— WORK ITEM —
Restate word for word the lines in the listing below, starting at the line containing "line L27 (-0.625, 33.25)" and ending at the line containing "line L52 (-7.875, 20.75)", both included; leave out the rest.

— RECORDED INFORMATION —
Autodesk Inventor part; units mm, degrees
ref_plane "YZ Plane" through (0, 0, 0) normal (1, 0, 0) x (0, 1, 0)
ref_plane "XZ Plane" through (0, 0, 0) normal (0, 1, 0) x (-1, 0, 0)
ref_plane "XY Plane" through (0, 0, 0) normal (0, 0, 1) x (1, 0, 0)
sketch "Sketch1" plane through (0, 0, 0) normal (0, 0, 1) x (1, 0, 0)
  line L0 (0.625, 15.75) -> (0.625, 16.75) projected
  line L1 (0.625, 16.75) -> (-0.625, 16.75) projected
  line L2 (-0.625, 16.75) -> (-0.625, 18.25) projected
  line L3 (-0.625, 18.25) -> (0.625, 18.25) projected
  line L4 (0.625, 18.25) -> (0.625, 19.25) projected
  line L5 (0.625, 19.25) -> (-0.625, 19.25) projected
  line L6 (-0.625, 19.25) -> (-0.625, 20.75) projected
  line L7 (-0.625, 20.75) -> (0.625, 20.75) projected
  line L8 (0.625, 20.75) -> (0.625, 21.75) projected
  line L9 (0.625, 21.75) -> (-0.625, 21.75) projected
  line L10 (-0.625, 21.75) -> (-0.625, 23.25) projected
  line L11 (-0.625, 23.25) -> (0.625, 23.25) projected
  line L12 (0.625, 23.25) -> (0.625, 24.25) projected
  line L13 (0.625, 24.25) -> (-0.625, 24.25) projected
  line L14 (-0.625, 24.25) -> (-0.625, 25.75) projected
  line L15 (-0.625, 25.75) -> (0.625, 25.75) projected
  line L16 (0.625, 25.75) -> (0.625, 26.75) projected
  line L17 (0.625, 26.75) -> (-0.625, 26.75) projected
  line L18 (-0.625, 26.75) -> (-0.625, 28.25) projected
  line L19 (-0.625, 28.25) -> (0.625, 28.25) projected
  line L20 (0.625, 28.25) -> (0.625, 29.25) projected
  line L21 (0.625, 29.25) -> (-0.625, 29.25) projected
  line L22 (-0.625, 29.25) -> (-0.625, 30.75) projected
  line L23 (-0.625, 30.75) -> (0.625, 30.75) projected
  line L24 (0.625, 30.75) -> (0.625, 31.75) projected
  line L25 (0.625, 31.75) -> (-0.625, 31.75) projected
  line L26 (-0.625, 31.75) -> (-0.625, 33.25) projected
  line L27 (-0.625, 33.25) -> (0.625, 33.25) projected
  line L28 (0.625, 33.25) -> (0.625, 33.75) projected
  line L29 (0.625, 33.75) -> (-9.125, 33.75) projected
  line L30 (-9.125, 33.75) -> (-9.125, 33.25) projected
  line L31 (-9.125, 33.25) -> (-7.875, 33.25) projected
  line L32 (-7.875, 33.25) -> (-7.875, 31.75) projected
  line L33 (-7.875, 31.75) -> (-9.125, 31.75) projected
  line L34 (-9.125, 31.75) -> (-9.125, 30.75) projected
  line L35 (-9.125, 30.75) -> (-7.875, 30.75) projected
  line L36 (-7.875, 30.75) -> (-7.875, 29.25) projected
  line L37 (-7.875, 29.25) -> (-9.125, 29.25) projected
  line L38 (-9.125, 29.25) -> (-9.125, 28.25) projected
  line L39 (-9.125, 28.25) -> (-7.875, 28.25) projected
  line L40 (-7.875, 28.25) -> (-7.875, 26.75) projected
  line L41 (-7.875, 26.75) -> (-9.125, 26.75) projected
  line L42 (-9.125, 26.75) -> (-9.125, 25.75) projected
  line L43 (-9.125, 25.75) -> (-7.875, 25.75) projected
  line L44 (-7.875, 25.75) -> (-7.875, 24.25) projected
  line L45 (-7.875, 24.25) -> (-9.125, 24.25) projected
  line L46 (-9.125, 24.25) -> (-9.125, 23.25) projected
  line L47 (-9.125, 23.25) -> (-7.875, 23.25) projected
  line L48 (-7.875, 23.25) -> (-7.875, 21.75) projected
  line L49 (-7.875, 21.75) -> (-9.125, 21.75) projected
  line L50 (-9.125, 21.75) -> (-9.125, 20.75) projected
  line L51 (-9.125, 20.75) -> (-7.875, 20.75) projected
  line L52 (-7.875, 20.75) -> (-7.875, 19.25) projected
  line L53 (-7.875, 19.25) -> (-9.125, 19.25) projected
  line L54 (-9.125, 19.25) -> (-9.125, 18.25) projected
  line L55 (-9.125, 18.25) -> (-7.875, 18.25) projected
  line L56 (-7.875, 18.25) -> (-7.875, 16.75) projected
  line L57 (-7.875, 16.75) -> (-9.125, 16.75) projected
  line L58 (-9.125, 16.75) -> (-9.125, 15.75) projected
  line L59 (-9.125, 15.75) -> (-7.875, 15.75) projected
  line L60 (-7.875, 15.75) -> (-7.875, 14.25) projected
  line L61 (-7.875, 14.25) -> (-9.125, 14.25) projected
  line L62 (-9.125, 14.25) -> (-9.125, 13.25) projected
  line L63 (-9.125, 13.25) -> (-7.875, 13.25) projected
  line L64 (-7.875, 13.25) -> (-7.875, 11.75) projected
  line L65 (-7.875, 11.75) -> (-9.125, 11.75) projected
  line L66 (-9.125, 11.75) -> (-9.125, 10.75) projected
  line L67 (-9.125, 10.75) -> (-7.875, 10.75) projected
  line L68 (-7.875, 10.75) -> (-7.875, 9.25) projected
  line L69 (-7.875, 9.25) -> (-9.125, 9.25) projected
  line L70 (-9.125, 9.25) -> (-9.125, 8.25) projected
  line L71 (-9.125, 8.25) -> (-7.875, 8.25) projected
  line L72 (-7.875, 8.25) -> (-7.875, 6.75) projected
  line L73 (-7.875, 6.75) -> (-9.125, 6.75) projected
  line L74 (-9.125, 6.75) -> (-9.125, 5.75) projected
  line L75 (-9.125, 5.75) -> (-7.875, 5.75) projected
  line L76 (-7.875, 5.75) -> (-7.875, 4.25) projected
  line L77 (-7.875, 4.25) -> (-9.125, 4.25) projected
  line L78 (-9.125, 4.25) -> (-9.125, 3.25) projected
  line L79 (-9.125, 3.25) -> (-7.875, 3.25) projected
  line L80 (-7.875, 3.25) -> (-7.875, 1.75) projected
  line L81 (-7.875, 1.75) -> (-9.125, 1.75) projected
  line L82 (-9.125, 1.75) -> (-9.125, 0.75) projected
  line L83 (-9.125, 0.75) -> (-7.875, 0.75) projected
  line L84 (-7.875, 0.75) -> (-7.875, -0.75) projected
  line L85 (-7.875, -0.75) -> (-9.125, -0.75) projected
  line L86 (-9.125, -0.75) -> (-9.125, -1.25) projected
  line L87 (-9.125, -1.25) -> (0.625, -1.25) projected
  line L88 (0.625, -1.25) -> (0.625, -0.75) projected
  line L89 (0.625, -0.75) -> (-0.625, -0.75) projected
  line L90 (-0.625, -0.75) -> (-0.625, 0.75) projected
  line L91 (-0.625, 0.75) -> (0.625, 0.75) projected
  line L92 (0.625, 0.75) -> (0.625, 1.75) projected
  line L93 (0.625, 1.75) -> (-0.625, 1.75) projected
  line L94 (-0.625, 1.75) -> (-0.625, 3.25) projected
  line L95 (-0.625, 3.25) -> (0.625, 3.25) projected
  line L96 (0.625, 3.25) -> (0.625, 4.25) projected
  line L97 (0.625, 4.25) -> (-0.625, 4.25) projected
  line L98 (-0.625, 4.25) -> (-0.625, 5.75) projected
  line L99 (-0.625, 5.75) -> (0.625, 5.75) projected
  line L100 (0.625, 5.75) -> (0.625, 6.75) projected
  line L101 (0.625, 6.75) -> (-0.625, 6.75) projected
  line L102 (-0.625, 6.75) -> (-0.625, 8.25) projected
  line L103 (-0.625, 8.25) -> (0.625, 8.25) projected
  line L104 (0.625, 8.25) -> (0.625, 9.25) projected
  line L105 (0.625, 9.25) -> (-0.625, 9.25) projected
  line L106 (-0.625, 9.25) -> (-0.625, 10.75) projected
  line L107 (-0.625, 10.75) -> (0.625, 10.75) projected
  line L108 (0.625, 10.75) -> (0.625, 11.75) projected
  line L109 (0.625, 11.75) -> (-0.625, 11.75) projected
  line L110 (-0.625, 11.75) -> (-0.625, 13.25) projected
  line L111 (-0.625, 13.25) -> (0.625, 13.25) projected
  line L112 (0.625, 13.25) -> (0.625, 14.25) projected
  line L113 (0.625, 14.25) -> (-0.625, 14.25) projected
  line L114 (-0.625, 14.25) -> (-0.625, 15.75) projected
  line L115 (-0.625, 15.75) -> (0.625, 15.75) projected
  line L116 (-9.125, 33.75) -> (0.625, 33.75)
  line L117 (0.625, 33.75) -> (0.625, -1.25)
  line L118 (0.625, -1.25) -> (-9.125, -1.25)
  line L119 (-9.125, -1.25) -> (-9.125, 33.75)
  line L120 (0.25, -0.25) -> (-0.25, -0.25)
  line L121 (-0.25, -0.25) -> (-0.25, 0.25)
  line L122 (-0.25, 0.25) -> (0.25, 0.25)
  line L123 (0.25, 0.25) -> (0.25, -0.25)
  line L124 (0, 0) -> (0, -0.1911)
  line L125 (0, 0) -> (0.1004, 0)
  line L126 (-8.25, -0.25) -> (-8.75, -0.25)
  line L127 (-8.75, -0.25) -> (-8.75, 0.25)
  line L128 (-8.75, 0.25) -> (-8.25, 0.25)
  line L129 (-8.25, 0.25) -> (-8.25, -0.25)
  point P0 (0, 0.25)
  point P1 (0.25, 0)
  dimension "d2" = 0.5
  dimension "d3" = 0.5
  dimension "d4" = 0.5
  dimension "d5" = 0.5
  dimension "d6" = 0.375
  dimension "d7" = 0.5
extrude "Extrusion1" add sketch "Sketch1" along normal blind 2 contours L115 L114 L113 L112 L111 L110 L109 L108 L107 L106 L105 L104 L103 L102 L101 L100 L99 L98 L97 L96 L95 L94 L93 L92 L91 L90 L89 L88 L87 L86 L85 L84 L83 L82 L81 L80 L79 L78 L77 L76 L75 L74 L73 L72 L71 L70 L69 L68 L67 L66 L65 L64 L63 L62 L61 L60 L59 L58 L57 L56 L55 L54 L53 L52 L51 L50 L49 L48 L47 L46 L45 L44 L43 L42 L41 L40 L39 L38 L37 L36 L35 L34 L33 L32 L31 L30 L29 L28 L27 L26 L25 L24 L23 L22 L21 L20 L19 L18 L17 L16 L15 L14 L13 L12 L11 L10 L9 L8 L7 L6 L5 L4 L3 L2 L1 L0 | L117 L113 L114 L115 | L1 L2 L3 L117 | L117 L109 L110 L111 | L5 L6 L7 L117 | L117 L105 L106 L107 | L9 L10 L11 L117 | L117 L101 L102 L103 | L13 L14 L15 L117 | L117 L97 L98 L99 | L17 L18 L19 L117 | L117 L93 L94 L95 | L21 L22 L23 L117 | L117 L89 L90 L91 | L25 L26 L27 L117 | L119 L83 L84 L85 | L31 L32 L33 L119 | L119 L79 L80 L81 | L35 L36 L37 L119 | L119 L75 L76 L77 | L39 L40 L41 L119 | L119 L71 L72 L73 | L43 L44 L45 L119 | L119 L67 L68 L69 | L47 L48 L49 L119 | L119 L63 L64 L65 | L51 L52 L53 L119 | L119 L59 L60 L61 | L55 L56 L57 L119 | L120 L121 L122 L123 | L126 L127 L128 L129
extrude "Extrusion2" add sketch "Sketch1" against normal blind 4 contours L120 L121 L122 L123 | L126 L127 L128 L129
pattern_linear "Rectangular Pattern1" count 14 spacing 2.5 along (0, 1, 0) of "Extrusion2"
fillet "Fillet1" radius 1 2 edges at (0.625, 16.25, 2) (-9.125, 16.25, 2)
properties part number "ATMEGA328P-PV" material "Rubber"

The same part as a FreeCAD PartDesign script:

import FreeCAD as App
import Part
import Sketcher

V = App.Vector


def edges_at(feature, points):
    """Names of the edges that pass closest to the given points."""
    edges = feature.Shape.Edges
    near = lambda p: min(range(len(edges)), key=lambda i: edges[i].distToShape(Part.Vertex(*p))[0])
    return sorted({f"Edge{near(p) + 1}" for p in points})


def add_polygon(sketch, points):
    """Adds a closed chain of lines whose ends are joined by coincident constraints."""
    first, n = sketch.GeometryCount, len(points)
    for a, b in zip(points, points[1:] + points[:1]):
        sketch.addGeometry(Part.LineSegment(App.Vector(*a, 0), App.Vector(*b, 0)), False)
    for i in range(n):
        sketch.addConstraint(Sketcher.Constraint("Coincident", first + i, 2, first + (i + 1) % n, 1))

doc = App.newDocument("Part")
body = doc.addObject("PartDesign::Body", "Body")

sketch1 = body.newObject("Sketcher::SketchObject", "Sketch")
sketch1.AttachmentSupport = (doc.getObject("XY_Plane"), [""])
sketch1.MapMode = "FlatFace"
add_polygon(sketch1, [(1, 34), (-9, 34), (-9, -1), (1, -1)])
sketch1.addConstraint([
    Sketcher.Constraint("Horizontal", 0),
    Sketcher.Constraint("Vertical", 1),
    Sketcher.Constraint("Horizontal", 2),
    Sketcher.Constraint("Vertical", 3),
    Sketcher.Constraint("DistanceY", 1, 2, 1, 1, 35.0),
    Sketcher.Constraint("DistanceX", 0, 2, 0, 1, 9.75),
    Sketcher.Constraint("DistanceY", -1, 1, 0, 2, 33.75),
    Sketcher.Constraint("DistanceX", 0, 2, -1, 1, 9.125),
])
pad1 = body.newObject("PartDesign::Pad", "Pad")
pad1.Profile = sketch1
pad1.Length = 2

sketch2 = body.newObject("Sketcher::SketchObject", "Sketch001")
sketch2.AttachmentSupport = (doc.getObject("XY_Plane"), [""])
sketch2.MapMode = "FlatFace"
add_polygon(sketch2, [(-0.2, -0.2), (0.2, -0.2), (0.2, 0.2), (-0.2, 0.2)])
add_polygon(sketch2, [(-8.8, -0.2), (-8.2, -0.2), (-8.2, 0.2), (-8.8, 0.2)])
sketch2.addConstraint([
    Sketcher.Constraint("Horizontal", 0),
    Sketcher.Constraint("Vertical", 1),
    Sketcher.Constraint("Horizontal", 2),
    Sketcher.Constraint("Vertical", 3),
    Sketcher.Constraint("Horizontal", 4),
    Sketcher.Constraint("Vertical", 5),
    Sketcher.Constraint("Horizontal", 6),
    Sketcher.Constraint("Vertical", 7),
    Sketcher.Constraint("Symmetric", 0, 2, 2, 2, -1, 1),
    Sketcher.Constraint("Horizontal", 3, 2, 4, 2),
    Sketcher.Constraint("Horizontal", 2, 2, 5, 2),
    Sketcher.Constraint("Equal", 2, 4),
    Sketcher.Constraint("Equal", 6, 1),
    Sketcher.Constraint("DistanceX", 0, 1, 0, 2, 0.5),
    Sketcher.Constraint("DistanceX", 4, 2, 3, 2, 8.0),
])
pad2 = body.newObject("PartDesign::Pad", "Pad001")
pad2.Profile = sketch2
pad2.Length = 4
pad2.Reversed = True
doc.recompute()

linearpattern = body.newObject("PartDesign::LinearPattern", "LinearPattern")
linearpattern.Originals = [pad2]
linearpattern.Direction = (doc.getObject("Y_Axis"), [""])
linearpattern.Mode = "offset"
linearpattern.Offset = 2.5
linearpattern.Occurrences = 14
body.Tip = linearpattern
doc.recompute()

fillet = body.newObject("PartDesign::Fillet", "Fillet")
fillet.Base = (linearpattern, edges_at(linearpattern, [(0.625, 16.25, 2), (-9.125, 16.25, 2)]))
fillet.Radius = 1

doc.recompute()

— REPLY —
  line L27 (-0.625, 33.25) -> (0.625, 33.25) projected
  line L28 (0.625, 33.25) -> (0.625, 33.75) projected
  line L29 (0.625, 33.75) -> (-9.125, 33.75) projected
  line L30 (-9.125, 33.75) -> (-9.125, 33.25) projected
  line L31 (-9.125, 33.25) -> (-7.875, 33.25) projected
  line L32 (-7.875, 33.25) -> (-7.875, 31.75) projected
  line L33 (-7.875, 31.75) -> (-9.125, 31.75) projected
  line L34 (-9.125, 31.75) -> (-9.125, 30.75) projected
  line L35 (-9.125, 30.75) -> (-7.875, 30.75) projected
  line L36 (-7.875, 30.75) -> (-7.875, 29.25) projected
  line L37 (-7.875, 29.25) -> (-9.125, 29.25) projected
  line L38 (-9.125, 29.25) -> (-9.125, 28.25) projected
  line L39 (-9.125, 28.25) -> (-7.875, 28.25) projected
  line L40 (-7.875, 28.25) -> (-7.875, 26.75) projected
  line L41 (-7.875, 26.75) -> (-9.125, 26.75) projected
  line L42 (-9.125, 26.75) -> (-9.125, 25.75) projected
  line L43 (-9.125, 25.75) -> (-7.875, 25.75) projected
  line L44 (-7.875, 25.75) -> (-7.875, 24.25) projected
  line L45 (-7.875, 24.25) -> (-9.125, 24.25) projected
  line L46 (-9.125, 24.25) -> (-9.125, 23.25) projected
  line L47 (-9.125, 23.25) -> (-7.875, 23.25) projected
  line L48 (-7.875, 23.25) -> (-7.875, 21.75) projected
  line L49 (-7.875, 21.75) -> (-9.125, 21.75) projected
  line L50 (-9.125, 21.75) -> (-9.125, 20.75) projected
  line L51 (-9.125, 20.75) -> (-7.875, 20.75) projected
  line L52 (-7.875, 20.75) -> (-7.875, 19.25) projected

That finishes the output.